Domenica: dalle ore 13 alle 17
Ingresso libero al Duomo
Ingresso alla cappella: 3 € - 3,5 € con audioguida
Per i minori di anni 10 (accompagnati) il biglietto è gratuito
Nella Cappella Maggiore del Duomo di Prato si trovano alcuni degli affreschi più belli del Rinascimento. Sono le storie di Santo Stefano e San Giovanni Battista, l'autore è Filippo Lippi, e il Vasari definì queste pareti “la più eccellente di tutte le cose sue”.
In effetti questo ciclo di affreschi ha rappresentato un vero spartiacque pittorico nella storia dell'arte, un disegno e uno stile assolutamente nuovo, che da un lato riprendeva l'eredità lasciata dalla prematura scomparsa di Masaccio, in termini di prospettiva e volumi, e dall'altro influenzerà fortemente il Botticelli.
Lippi iniziò a lavorare agli affreschi nel 1452 di buona lena, con l'inseparabile assistente Fra Diamante e alcune maestranze locali. Svariati intoppi, tra cui le vicende amorose dello scapestrato Lippi e alcuni guai giudiziari, gli impedirono però di completare l'opera per circa 13 anni. Il prezzo pagato fu di quasi di 2000 fiorini, una cifra incredibile per le committenze dell'epoca.

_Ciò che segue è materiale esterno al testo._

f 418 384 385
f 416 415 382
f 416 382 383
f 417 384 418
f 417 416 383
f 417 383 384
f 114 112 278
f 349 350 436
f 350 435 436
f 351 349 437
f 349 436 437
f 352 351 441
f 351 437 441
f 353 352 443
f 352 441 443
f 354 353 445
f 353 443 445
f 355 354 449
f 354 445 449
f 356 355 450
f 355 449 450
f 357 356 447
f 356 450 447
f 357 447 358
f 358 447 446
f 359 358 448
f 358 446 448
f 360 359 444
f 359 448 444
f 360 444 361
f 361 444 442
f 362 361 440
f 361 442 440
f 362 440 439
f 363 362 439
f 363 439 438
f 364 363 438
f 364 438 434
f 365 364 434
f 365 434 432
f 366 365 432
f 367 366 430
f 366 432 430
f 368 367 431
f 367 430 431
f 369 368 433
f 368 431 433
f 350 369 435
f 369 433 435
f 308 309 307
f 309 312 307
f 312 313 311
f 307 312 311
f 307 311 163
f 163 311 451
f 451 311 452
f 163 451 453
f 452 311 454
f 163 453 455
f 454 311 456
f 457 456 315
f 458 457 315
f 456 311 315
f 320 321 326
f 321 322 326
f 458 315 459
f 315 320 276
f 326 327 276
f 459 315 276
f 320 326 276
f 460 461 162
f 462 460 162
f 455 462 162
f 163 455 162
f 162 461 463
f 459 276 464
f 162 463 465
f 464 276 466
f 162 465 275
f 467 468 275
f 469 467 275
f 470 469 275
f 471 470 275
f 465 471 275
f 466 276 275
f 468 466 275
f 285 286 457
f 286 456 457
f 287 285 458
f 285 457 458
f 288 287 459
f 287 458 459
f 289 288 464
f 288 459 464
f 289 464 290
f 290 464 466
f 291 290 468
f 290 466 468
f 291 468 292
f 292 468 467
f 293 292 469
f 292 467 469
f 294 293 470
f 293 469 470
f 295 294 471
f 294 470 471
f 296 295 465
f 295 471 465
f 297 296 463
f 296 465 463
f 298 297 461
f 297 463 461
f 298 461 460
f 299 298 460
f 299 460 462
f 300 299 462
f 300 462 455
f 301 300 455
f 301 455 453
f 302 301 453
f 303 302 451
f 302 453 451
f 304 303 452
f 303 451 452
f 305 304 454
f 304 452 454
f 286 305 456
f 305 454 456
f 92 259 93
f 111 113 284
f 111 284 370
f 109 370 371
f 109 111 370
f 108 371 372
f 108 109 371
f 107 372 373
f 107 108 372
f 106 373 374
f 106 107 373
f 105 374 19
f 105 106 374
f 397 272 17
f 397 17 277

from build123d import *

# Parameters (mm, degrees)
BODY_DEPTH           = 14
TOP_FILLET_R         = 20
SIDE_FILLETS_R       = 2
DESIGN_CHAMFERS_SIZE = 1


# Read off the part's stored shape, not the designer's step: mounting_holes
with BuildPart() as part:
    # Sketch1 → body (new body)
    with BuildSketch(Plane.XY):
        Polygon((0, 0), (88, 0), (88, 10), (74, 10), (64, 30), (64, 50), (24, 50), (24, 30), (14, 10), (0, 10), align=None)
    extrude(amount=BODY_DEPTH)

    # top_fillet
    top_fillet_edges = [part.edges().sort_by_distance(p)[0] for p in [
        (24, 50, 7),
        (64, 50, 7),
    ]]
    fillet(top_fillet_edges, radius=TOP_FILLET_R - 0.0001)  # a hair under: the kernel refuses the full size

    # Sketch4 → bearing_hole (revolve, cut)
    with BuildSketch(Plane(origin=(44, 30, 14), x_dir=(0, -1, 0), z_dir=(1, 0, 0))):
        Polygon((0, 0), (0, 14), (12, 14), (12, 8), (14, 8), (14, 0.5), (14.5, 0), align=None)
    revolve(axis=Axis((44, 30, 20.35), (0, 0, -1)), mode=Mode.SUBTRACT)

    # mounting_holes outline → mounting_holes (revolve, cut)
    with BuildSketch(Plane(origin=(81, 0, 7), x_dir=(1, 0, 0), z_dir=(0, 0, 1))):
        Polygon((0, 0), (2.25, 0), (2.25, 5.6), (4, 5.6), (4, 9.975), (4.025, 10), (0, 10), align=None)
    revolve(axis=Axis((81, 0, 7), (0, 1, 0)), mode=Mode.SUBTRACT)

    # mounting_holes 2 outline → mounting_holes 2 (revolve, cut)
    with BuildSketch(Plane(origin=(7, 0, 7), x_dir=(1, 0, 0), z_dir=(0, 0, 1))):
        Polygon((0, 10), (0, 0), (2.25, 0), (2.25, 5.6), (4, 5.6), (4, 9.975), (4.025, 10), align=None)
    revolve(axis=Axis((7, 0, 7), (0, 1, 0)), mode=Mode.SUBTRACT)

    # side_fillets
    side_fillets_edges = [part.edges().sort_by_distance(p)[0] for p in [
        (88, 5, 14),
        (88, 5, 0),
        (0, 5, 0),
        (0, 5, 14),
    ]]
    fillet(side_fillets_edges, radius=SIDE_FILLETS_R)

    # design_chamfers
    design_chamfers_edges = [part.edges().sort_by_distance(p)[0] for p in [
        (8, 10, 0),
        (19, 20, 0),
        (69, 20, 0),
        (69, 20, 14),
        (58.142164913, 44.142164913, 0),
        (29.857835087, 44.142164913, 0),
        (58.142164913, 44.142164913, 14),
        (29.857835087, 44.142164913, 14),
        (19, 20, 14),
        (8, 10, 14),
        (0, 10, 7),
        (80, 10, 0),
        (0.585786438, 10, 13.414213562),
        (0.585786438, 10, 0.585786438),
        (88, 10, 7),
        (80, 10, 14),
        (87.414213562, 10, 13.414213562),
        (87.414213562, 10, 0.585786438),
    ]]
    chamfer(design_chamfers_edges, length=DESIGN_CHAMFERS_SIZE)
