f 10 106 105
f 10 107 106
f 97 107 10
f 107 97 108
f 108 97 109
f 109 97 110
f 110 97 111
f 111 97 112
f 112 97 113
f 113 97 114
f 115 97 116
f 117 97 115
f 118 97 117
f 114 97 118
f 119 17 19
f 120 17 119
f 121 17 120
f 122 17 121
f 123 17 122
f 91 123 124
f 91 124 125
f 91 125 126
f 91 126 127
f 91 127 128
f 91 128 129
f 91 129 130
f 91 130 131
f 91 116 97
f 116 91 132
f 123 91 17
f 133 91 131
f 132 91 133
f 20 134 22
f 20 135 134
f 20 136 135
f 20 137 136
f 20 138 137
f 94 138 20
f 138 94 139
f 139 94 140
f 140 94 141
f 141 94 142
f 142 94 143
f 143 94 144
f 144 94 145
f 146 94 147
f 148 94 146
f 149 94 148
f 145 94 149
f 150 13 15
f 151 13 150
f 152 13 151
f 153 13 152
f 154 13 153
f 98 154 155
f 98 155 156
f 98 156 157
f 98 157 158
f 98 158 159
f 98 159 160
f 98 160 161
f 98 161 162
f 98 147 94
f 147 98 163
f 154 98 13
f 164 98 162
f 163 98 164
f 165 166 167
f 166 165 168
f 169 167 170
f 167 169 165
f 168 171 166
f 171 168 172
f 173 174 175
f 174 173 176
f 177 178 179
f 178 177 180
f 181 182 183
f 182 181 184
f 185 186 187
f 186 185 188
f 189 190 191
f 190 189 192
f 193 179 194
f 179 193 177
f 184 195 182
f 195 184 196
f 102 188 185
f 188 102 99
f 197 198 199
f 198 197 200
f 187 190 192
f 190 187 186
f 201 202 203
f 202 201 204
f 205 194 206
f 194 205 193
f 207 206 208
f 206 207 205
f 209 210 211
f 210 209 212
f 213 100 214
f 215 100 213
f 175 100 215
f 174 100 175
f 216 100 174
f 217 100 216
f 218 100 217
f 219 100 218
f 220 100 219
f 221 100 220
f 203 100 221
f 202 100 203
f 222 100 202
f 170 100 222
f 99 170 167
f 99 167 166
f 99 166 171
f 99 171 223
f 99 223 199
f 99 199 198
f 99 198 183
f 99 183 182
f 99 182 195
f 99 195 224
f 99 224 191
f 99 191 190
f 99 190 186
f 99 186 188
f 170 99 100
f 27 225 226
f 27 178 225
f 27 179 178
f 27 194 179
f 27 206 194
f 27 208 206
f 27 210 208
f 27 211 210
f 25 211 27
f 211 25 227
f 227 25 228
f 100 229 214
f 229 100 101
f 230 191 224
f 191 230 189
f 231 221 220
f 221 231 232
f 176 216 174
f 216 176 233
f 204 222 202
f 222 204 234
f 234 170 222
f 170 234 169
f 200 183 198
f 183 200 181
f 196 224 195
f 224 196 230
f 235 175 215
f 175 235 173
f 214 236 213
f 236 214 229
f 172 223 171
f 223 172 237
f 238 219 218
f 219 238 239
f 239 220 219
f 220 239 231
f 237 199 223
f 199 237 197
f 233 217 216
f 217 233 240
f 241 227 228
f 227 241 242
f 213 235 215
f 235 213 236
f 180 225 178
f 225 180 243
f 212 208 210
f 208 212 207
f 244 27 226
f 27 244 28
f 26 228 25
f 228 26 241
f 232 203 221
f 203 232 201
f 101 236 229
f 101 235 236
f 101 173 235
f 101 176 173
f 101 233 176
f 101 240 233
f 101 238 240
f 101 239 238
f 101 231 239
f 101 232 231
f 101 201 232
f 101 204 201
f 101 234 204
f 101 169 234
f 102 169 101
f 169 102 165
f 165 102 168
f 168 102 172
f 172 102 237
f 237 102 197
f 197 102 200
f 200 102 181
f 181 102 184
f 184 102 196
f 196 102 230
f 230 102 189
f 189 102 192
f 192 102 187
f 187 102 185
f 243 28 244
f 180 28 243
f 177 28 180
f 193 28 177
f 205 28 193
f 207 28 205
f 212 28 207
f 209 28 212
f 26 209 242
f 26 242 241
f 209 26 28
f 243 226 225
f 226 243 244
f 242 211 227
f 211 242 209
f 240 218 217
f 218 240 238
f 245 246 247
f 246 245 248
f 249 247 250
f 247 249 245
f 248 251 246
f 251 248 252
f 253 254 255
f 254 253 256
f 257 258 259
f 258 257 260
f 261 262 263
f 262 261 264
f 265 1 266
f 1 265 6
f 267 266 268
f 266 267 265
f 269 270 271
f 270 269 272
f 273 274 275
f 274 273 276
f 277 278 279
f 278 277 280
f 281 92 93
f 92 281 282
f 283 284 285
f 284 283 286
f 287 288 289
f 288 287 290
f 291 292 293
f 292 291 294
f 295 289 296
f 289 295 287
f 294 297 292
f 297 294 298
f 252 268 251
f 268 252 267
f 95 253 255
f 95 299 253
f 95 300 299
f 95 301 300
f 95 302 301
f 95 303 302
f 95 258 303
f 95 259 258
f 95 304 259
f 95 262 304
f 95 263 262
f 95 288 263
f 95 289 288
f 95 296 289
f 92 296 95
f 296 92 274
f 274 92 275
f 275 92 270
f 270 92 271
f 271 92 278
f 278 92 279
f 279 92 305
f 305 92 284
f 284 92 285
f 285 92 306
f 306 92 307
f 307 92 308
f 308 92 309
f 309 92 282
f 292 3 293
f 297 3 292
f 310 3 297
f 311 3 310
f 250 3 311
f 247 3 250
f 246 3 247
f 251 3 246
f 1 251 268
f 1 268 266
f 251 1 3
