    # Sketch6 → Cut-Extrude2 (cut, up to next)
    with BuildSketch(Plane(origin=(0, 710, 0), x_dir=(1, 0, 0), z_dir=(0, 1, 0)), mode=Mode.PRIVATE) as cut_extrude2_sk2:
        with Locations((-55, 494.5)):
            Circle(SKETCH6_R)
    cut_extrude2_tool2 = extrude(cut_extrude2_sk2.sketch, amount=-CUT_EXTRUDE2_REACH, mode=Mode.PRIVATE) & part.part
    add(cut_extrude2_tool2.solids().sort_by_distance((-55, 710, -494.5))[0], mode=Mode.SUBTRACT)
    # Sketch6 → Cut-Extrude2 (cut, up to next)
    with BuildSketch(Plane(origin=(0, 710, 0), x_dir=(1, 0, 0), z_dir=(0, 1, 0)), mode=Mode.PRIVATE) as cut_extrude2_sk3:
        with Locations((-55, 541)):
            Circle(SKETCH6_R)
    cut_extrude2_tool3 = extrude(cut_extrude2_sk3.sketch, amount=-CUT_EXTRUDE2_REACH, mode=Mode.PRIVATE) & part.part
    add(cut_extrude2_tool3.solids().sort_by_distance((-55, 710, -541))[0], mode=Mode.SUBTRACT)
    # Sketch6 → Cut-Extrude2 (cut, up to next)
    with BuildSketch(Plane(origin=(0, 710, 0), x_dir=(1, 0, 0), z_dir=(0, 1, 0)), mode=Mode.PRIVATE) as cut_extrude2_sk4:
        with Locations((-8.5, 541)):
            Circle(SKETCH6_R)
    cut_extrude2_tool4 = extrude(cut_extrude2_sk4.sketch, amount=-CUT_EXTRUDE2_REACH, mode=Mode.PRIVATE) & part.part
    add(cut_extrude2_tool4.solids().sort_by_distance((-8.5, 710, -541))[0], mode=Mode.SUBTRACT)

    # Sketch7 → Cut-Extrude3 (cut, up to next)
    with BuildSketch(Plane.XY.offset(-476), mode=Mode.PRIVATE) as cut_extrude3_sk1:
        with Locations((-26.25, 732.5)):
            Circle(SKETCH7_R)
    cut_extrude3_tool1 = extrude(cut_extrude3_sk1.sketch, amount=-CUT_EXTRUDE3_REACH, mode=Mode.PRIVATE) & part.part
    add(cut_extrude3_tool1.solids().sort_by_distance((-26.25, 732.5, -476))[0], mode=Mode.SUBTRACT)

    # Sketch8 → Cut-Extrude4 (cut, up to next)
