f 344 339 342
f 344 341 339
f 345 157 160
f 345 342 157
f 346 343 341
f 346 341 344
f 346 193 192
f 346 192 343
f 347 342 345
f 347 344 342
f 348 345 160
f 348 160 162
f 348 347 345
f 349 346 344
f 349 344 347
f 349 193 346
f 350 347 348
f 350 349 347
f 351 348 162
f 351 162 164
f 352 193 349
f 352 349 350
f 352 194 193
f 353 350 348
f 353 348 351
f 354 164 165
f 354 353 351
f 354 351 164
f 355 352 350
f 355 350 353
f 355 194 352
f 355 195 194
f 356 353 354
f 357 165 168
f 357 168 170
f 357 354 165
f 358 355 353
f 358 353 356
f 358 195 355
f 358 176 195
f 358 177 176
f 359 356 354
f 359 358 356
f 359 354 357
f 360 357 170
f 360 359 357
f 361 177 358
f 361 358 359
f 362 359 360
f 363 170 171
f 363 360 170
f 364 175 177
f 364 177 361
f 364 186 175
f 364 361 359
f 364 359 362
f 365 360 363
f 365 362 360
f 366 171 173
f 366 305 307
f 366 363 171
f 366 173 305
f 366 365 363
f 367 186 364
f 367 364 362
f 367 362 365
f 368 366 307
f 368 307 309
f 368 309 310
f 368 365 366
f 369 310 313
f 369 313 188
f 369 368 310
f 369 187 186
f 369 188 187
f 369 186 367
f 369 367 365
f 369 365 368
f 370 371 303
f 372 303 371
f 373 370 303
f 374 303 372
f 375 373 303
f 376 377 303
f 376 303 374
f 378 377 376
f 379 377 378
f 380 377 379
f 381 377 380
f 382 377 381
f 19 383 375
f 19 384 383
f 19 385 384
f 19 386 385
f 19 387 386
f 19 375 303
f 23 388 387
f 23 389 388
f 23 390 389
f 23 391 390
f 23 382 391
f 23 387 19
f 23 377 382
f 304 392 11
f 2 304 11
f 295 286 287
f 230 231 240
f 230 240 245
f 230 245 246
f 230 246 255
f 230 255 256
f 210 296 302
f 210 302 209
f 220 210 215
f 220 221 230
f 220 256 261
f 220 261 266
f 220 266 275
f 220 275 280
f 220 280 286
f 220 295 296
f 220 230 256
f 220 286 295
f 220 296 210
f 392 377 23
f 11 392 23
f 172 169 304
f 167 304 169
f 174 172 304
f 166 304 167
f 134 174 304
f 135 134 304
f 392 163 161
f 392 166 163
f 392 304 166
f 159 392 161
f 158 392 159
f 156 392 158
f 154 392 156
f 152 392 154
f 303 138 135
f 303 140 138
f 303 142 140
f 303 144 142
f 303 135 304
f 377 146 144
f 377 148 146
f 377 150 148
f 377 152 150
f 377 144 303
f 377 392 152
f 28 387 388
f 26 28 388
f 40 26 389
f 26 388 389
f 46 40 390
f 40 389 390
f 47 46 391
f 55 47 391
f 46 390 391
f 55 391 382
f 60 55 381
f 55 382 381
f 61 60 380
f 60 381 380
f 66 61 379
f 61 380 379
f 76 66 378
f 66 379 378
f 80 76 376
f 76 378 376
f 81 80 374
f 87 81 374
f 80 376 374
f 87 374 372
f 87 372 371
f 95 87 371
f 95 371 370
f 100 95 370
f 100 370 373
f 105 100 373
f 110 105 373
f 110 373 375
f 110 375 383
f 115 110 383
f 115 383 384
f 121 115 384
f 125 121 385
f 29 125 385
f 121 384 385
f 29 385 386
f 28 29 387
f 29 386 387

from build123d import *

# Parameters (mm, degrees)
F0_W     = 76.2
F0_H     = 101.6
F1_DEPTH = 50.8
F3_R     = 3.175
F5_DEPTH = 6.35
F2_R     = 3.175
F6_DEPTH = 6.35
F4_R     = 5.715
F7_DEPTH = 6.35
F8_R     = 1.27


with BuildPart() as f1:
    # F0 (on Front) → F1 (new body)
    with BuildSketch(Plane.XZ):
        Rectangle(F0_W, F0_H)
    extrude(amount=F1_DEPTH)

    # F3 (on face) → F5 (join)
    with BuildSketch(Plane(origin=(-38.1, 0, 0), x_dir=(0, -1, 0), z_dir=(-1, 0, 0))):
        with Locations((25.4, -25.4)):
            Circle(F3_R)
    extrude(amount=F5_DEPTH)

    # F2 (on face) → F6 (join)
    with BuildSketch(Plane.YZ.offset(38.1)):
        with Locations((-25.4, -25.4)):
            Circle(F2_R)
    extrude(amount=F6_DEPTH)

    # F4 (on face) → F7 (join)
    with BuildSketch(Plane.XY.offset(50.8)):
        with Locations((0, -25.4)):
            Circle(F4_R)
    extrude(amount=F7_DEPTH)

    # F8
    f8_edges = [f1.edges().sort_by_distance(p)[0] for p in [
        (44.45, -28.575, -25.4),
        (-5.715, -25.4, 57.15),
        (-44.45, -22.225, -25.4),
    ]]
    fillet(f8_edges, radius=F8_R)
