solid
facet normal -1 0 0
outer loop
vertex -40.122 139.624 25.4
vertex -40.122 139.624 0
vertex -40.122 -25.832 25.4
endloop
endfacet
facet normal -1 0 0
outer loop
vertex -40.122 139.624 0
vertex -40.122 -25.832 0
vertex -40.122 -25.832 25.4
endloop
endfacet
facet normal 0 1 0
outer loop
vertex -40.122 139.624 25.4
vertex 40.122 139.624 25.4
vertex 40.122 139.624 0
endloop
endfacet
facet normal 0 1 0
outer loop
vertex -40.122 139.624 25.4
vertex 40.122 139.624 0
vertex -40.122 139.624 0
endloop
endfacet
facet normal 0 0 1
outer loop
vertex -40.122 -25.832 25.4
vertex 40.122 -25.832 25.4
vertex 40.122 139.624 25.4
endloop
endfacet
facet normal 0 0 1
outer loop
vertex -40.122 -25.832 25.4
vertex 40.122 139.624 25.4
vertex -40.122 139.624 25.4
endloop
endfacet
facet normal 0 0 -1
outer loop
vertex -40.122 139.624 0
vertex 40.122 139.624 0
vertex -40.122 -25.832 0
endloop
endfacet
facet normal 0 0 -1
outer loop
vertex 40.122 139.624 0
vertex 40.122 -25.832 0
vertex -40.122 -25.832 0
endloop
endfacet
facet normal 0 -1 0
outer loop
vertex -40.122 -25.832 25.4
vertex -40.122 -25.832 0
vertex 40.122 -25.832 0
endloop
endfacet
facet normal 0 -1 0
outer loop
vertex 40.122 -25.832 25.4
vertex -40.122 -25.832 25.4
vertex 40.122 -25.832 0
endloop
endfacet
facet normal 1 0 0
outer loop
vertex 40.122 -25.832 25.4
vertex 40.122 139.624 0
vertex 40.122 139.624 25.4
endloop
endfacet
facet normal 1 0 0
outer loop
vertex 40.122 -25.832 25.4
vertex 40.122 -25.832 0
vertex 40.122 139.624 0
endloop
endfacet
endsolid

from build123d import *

# Parameters (mm, degrees)
F0_W      = 80.244028
F0_H      = 51.663946
F2_DEPTH  = 25.4
F1_R      = 12.351096
F3_DEPTH  = 25.4
F4_R      = 18.898504
F5_DEPTH  = 25.4
F2_FACE_W = 80.244028
F2_FACE_H = 25.4
F6_DEPTH  = 113.792


with BuildPart() as f2:
    # F0 (on Top) → F2 (new body)
    with BuildSketch(Plane.XY):
        Rectangle(F0_W, F0_H)
    extrude(amount=F2_DEPTH)

    # F1 (on Top) → F3 (join)
    with BuildSketch(Plane.XY):
        Circle(F1_R)
    extrude(amount=F3_DEPTH)

    # F4 (on Top) → F5 (join)
    with BuildSketch(Plane.XY):
        Circle(F4_R)
    extrude(amount=F5_DEPTH)

    # F2_face (on face) → F6 (join)
    with BuildSketch(Plane(origin=(0, 25.831973, 12.7), x_dir=(-1, 0, 0), z_dir=(0, 1, 0))):
        Rectangle(F2_FACE_W, F2_FACE_H)
    extrude(amount=F6_DEPTH)


solid = f2.part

Il recente restauro, finanziato dal Ministero per i Beni e le Attività culturali, ha riportato alla luce i colori e i volumi delle figure dipinte da Fra Lippi. Si è trattato di uno dei più importanti restauri italiani, durato oltre 5 anni.
Caduto il velo di nerofumo che ricopriva gli affreschi, la famosa Salomè – che ha il dolce volto del grande e travaglaito amore del pittore, Lucrezia Buti - ha ritrovato tutta la sua leggiadria. Insieme a tutti gli altri personaggi che con lei sono rinati a nuova vita. (Copyright SeeTen production)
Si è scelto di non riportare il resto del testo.